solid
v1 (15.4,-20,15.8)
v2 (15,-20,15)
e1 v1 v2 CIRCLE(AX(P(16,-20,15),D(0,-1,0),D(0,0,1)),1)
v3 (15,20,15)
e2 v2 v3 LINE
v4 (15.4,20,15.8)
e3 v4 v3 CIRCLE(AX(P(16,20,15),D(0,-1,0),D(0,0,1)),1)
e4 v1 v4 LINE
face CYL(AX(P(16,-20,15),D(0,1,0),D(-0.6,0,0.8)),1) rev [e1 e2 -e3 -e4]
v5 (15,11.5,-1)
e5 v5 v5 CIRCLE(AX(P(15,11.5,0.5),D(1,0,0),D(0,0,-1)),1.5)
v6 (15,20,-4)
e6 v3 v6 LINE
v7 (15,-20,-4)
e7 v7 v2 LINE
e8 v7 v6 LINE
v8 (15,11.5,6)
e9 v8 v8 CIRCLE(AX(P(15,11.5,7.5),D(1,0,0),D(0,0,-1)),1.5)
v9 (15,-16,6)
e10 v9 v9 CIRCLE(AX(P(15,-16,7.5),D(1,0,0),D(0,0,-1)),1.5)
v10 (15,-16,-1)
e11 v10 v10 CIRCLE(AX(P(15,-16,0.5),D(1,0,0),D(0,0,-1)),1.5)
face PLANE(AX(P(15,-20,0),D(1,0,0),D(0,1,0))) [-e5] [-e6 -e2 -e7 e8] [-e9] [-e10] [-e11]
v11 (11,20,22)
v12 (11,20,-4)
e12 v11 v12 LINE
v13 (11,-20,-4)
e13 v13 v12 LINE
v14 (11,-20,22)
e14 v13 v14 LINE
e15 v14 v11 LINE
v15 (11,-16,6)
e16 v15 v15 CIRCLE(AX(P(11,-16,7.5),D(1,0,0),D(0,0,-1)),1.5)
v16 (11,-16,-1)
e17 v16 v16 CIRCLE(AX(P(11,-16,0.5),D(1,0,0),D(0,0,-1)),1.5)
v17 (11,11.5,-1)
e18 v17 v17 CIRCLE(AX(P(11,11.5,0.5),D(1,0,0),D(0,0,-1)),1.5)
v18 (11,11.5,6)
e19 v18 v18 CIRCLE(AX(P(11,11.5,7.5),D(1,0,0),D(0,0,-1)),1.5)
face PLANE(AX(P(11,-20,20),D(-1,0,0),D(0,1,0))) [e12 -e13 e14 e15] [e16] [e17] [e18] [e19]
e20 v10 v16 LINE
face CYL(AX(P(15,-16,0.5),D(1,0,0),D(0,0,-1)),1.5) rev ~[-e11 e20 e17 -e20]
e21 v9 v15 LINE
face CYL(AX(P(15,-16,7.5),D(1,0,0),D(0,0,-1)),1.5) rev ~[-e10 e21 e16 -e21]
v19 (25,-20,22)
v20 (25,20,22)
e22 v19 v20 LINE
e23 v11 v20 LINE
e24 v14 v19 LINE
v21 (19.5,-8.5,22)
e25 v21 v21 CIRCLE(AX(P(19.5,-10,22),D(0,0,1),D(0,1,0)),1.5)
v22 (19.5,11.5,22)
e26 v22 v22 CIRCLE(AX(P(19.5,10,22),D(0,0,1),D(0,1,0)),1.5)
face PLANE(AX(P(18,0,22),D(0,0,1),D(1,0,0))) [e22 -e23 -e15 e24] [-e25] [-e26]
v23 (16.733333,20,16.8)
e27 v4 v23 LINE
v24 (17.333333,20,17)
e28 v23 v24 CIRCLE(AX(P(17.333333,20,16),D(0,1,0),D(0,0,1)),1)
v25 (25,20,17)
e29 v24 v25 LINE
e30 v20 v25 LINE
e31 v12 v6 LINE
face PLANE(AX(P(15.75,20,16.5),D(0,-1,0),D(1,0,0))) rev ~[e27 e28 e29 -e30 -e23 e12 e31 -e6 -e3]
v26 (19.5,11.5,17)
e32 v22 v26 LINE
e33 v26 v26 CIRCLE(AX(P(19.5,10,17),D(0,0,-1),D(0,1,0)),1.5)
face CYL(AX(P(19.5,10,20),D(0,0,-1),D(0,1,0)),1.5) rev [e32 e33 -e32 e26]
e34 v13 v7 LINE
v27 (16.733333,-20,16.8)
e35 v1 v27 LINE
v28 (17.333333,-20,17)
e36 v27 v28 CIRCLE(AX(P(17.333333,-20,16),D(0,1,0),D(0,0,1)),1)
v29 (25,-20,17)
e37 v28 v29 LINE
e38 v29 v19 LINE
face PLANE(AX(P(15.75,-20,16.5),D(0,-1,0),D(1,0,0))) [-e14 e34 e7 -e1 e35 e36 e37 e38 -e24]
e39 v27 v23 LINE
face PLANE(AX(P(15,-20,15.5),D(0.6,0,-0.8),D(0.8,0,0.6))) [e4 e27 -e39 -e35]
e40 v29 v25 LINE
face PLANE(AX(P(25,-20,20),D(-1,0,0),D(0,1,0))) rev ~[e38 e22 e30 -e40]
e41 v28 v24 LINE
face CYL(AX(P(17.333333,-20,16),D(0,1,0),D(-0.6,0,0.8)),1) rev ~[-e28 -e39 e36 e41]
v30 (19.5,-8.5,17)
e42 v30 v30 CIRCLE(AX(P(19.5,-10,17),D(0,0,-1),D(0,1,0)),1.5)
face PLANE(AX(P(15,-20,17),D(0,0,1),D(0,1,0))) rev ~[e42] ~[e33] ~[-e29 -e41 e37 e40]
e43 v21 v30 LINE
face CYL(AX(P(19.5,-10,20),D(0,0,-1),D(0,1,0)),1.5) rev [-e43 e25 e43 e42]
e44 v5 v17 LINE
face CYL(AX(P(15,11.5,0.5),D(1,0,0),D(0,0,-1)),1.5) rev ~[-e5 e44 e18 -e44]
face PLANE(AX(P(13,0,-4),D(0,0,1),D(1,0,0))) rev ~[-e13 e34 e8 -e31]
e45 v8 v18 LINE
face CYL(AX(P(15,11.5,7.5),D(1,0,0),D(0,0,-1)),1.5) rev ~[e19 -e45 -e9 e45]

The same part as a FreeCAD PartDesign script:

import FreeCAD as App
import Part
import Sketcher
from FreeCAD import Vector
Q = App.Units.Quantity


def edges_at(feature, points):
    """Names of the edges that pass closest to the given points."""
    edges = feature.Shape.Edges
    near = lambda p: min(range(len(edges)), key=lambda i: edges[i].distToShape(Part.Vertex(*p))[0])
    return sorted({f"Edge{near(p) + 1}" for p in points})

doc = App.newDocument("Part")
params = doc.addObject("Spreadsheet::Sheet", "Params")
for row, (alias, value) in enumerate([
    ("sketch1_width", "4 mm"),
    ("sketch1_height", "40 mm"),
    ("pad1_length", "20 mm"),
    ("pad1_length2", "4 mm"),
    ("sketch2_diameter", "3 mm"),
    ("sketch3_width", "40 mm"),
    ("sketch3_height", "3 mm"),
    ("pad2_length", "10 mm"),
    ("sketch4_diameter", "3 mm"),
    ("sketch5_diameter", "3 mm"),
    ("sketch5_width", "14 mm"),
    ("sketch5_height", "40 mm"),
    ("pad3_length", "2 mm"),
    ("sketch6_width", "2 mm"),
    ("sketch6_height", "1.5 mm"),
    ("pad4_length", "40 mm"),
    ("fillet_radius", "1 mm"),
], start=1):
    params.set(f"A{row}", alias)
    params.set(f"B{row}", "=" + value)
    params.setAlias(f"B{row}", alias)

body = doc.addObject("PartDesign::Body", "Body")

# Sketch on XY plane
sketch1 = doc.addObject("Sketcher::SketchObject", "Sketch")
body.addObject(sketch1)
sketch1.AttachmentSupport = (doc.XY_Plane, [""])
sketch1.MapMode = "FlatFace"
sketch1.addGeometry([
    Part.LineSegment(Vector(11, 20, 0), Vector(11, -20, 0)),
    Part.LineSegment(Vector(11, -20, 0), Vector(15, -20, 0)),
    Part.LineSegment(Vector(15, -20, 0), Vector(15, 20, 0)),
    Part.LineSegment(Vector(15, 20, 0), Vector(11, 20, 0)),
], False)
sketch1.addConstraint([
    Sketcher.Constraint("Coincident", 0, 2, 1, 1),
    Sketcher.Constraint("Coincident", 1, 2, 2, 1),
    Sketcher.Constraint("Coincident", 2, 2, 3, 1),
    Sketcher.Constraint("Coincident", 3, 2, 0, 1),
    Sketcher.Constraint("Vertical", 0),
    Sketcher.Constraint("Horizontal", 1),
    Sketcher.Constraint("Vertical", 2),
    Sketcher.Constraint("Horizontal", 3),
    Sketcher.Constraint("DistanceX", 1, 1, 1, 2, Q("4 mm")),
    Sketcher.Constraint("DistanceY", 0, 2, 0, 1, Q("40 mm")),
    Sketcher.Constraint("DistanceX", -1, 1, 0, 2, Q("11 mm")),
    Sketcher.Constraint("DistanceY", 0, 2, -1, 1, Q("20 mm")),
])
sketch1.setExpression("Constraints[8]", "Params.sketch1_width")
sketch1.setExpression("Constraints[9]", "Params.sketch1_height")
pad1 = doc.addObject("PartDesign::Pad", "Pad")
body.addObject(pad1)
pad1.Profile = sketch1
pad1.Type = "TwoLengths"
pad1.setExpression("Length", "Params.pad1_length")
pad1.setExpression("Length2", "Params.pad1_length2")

------------------------------------

▶ The problem: Output exactly the lines of the material above from the one containing "v4 (15.4,20,15.8)" up to and including the one containing "v8 (15,11.5,6)".

▶ Exercise response:
v4 (15.4,20,15.8)
e3 v4 v3 CIRCLE(AX(P(16,20,15),D(0,-1,0),D(0,0,1)),1)
e4 v1 v4 LINE
face CYL(AX(P(16,-20,15),D(0,1,0),D(-0.6,0,0.8)),1) rev [e1 e2 -e3 -e4]
v5 (15,11.5,-1)
e5 v5 v5 CIRCLE(AX(P(15,11.5,0.5),D(1,0,0),D(0,0,-1)),1.5)
v6 (15,20,-4)
e6 v3 v6 LINE
v7 (15,-20,-4)
e7 v7 v2 LINE
e8 v7 v6 LINE
v8 (15,11.5,6)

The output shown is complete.